Awesome
Pruning Radix Trie
A Go port of the Pruning Radix Trie, an augmented compressed trie that orders nodes based upon the maximum rank of the items in their subtree. This allows it to quickly search and find k elements with the highest rank. You decide what the rank is for each item.
The most obvious use case would be autocomplete: Finding the top 10 used words with a given prefix is cheap with this data structure.
Usage
To use it, add the library to your go.mod
file by issuing
$ go get olympos.io/container/pruning-radix-trie
and import it like so:
import ptrie "olympos.io/container/pruning-radix-trie"

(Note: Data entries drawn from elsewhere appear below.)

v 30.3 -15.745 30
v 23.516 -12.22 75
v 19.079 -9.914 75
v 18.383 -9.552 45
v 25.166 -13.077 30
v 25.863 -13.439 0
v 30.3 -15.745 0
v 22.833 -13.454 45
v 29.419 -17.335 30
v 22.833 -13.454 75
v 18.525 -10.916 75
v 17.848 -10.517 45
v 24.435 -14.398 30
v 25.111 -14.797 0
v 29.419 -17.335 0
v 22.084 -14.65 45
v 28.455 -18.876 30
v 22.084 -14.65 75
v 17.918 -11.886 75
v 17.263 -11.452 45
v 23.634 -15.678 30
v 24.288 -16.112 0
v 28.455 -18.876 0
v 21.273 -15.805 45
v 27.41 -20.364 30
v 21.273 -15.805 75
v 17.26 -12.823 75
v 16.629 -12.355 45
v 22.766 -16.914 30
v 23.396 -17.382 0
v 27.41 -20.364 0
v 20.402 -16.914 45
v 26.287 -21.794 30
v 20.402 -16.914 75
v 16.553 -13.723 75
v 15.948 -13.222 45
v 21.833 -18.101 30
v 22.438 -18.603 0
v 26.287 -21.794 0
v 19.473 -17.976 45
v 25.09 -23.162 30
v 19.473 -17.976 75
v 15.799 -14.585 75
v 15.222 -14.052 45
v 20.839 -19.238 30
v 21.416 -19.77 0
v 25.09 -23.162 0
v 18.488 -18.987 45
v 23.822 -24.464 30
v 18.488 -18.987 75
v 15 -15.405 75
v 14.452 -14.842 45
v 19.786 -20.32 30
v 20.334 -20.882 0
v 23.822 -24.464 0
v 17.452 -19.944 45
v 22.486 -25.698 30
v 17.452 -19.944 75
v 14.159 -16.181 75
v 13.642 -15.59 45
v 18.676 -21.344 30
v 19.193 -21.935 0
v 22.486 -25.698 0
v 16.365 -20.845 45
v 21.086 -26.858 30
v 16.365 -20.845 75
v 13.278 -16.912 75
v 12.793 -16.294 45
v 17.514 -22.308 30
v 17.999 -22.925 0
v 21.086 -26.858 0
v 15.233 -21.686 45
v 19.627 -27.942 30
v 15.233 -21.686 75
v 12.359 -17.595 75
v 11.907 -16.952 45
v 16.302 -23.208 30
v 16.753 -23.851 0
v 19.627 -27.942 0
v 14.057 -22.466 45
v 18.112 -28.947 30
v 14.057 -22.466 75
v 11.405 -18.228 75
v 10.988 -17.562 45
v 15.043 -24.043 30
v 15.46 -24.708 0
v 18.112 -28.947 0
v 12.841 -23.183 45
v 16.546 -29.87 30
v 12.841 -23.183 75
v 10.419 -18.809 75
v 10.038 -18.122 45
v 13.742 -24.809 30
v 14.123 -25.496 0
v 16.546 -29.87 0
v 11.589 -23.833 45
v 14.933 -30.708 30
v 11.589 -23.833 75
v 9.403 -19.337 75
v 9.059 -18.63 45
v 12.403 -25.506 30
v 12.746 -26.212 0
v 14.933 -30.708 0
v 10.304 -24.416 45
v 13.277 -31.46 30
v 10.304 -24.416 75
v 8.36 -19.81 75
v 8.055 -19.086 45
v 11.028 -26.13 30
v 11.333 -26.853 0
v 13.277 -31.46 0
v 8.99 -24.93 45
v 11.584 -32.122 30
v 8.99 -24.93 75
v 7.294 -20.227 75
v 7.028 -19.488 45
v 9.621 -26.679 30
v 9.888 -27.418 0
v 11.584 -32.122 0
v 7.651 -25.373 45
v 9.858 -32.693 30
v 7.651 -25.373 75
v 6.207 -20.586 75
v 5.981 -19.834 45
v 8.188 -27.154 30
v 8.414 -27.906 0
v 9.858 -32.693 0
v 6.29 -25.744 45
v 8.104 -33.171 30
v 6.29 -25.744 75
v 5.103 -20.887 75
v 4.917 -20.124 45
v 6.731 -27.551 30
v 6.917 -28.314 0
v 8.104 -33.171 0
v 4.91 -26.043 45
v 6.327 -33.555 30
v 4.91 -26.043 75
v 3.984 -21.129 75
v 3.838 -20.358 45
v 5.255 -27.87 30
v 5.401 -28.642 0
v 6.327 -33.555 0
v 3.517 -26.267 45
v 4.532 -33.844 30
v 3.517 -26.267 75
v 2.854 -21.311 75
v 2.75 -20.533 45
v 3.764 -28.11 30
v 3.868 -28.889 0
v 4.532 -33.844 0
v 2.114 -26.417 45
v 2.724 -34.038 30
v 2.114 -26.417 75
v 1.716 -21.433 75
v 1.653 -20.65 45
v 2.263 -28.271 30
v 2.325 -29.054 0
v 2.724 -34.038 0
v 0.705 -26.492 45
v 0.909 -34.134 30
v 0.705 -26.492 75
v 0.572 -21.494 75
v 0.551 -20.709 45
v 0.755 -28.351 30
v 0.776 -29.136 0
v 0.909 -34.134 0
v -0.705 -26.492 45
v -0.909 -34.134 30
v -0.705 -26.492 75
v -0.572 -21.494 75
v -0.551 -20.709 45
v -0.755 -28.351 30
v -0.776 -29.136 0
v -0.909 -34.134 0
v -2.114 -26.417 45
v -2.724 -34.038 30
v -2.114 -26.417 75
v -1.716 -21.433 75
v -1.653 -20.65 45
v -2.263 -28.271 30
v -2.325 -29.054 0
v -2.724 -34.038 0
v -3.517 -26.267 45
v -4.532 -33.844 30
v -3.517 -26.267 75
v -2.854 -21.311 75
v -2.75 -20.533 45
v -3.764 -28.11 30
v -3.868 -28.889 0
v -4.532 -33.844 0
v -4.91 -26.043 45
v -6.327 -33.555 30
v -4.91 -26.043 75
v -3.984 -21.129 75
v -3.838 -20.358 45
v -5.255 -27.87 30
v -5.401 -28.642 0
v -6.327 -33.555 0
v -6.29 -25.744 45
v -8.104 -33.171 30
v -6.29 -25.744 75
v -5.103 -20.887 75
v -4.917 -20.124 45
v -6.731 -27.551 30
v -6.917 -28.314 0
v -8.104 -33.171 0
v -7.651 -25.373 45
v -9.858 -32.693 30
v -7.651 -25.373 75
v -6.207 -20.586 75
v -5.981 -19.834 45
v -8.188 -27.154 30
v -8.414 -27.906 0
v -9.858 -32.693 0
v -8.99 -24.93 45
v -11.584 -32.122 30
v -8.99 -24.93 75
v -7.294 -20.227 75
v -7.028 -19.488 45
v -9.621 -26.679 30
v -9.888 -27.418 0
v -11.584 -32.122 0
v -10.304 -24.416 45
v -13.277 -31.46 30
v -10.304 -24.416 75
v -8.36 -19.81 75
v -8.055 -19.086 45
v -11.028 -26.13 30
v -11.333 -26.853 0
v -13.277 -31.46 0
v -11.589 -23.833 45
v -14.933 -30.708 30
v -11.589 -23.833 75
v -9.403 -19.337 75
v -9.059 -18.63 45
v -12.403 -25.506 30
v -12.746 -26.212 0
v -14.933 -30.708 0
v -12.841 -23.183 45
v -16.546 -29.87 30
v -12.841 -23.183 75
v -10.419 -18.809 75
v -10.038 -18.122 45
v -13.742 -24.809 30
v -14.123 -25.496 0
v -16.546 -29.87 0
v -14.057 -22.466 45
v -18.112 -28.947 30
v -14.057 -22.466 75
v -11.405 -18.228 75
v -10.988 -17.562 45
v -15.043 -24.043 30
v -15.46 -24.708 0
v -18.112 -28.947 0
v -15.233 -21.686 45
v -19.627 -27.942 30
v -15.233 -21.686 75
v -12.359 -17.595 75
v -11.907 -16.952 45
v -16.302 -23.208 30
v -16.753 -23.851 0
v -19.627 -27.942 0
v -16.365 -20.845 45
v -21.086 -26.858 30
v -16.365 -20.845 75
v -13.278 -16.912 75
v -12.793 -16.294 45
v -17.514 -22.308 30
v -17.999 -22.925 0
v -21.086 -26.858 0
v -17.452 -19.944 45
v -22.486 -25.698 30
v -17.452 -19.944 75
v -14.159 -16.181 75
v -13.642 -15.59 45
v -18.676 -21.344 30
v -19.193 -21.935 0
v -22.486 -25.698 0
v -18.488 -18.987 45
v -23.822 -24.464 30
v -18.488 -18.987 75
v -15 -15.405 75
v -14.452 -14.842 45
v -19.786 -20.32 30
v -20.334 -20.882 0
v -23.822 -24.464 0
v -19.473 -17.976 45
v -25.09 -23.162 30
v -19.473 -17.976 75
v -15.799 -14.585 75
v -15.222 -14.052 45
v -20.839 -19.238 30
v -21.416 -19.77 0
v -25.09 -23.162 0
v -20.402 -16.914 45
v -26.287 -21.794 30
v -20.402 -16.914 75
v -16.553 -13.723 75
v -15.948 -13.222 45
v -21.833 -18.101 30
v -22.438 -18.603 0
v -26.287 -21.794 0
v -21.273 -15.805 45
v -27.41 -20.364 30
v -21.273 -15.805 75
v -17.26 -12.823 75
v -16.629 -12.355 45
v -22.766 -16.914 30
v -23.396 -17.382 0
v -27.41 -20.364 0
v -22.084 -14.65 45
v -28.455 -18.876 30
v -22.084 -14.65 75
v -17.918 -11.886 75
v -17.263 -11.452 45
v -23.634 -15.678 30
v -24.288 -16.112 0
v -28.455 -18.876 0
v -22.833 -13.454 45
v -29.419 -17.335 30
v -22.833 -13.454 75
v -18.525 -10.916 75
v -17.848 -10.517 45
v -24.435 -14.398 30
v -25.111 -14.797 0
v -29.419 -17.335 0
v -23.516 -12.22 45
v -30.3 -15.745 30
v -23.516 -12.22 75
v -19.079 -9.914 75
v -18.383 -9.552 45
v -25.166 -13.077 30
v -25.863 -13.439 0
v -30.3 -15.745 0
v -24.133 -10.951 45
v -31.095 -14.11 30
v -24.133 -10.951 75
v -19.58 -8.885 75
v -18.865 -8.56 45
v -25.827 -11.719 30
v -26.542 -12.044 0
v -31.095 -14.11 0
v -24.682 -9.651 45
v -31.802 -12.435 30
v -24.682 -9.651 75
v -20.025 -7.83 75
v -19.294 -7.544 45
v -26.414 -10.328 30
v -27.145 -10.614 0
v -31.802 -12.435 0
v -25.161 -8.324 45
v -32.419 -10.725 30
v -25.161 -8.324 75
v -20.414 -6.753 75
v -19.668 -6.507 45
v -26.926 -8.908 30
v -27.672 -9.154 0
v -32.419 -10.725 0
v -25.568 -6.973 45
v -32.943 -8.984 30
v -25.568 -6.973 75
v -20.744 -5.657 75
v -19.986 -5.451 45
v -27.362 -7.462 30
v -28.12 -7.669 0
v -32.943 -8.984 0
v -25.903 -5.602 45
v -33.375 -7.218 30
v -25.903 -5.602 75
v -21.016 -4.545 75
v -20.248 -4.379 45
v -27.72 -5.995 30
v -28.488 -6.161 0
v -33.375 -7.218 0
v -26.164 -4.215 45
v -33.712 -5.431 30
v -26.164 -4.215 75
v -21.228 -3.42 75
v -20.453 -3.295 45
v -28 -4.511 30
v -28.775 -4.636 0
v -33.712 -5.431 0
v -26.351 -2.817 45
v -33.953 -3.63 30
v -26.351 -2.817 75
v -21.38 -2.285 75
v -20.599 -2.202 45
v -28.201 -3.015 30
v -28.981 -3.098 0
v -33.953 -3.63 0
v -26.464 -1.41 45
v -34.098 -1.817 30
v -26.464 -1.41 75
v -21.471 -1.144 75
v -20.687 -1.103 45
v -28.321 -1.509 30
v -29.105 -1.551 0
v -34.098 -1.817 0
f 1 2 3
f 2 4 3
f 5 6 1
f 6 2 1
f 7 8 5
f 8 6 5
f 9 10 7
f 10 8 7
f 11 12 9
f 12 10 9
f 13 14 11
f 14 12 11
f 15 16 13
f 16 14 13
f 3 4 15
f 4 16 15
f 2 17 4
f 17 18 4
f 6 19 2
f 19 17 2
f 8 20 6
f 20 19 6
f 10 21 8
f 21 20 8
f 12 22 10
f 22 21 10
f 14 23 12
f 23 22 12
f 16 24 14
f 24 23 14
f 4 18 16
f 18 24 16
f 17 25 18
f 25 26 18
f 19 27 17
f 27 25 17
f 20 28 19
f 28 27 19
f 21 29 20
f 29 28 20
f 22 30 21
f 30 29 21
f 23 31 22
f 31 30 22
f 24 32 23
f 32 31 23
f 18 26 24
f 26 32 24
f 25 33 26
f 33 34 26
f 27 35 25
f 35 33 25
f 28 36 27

The library contains in practice two functions you use to interact with it:
FromItems
, which is used to build an immutable pruning radix trie, andPTrie.FindTopK
to find the top k ranked items with a given prefix
Here's a small standalone example of how they are used:
package main
import (
"fmt"
ptrie "olympos.io/container/pruning-radix-trie"
)
type empty struct{}
func main() {
trie := ptrie.FromItems([]ptrie.Item[empty]{
{Term: "hello", Rank: 1000},
{Term: "hi", Rank: 871},
{Term: "howdy", Rank: 70},
{Term: "goodbye", Rank: 918},
})
top := trie.FindTopK("h", 4)
for _, res := range top {
fmt.Printf("%s (rank %d)\n", res.Term, res.Rank)
}
// hello (rank 1000)
// hi (rank 871)
// howdy (rank 70)
}
Notes on Performance
I'm a bit confused about the performance of the original implementation. The benchmark image shows nanoseconds, yet the post talks about microseconds, and the numbers are off by 1000 in either direction. Either the benchmark image should show microseconds or the post should talk about microseconds. Given the presentation, it seems like the benchmark image should talk about microseconds and not nanoseconds.
I don't think there's much point in comparing this trie with an exhaustive search, which is the best a standard Patricia trie would be able to do. Instead, I wanted to highlight the difference between a Patricia/compressed trie and an uncompressed one:
The results aren't that surprising: The compressed trie will have far fewer empty nodes, and so scanning a trie for top-ranked items is gonna be cheaper when there are fewer nodes to visit. When the walk down the trie becomes more and more of the work, you'd prefer that to be efficient. The logic for that is simpler in the uncompressed case, and if you end up with very few nodes to evaluate after that, the uncompressed case could perform better in benchmarks.
However, this benchmark looks better than it probably should for the uncompressed case, as more or less all the nodes will be in the cache. In a real-world scenario, the compressed trie will likely fare better than the uncompressed because of cache invalidation etc.
License
Copyright © 2023 Jean Niklas L'orange and contributors
Distributed under the BSD 3-clause license, which is available in the file LICENSE.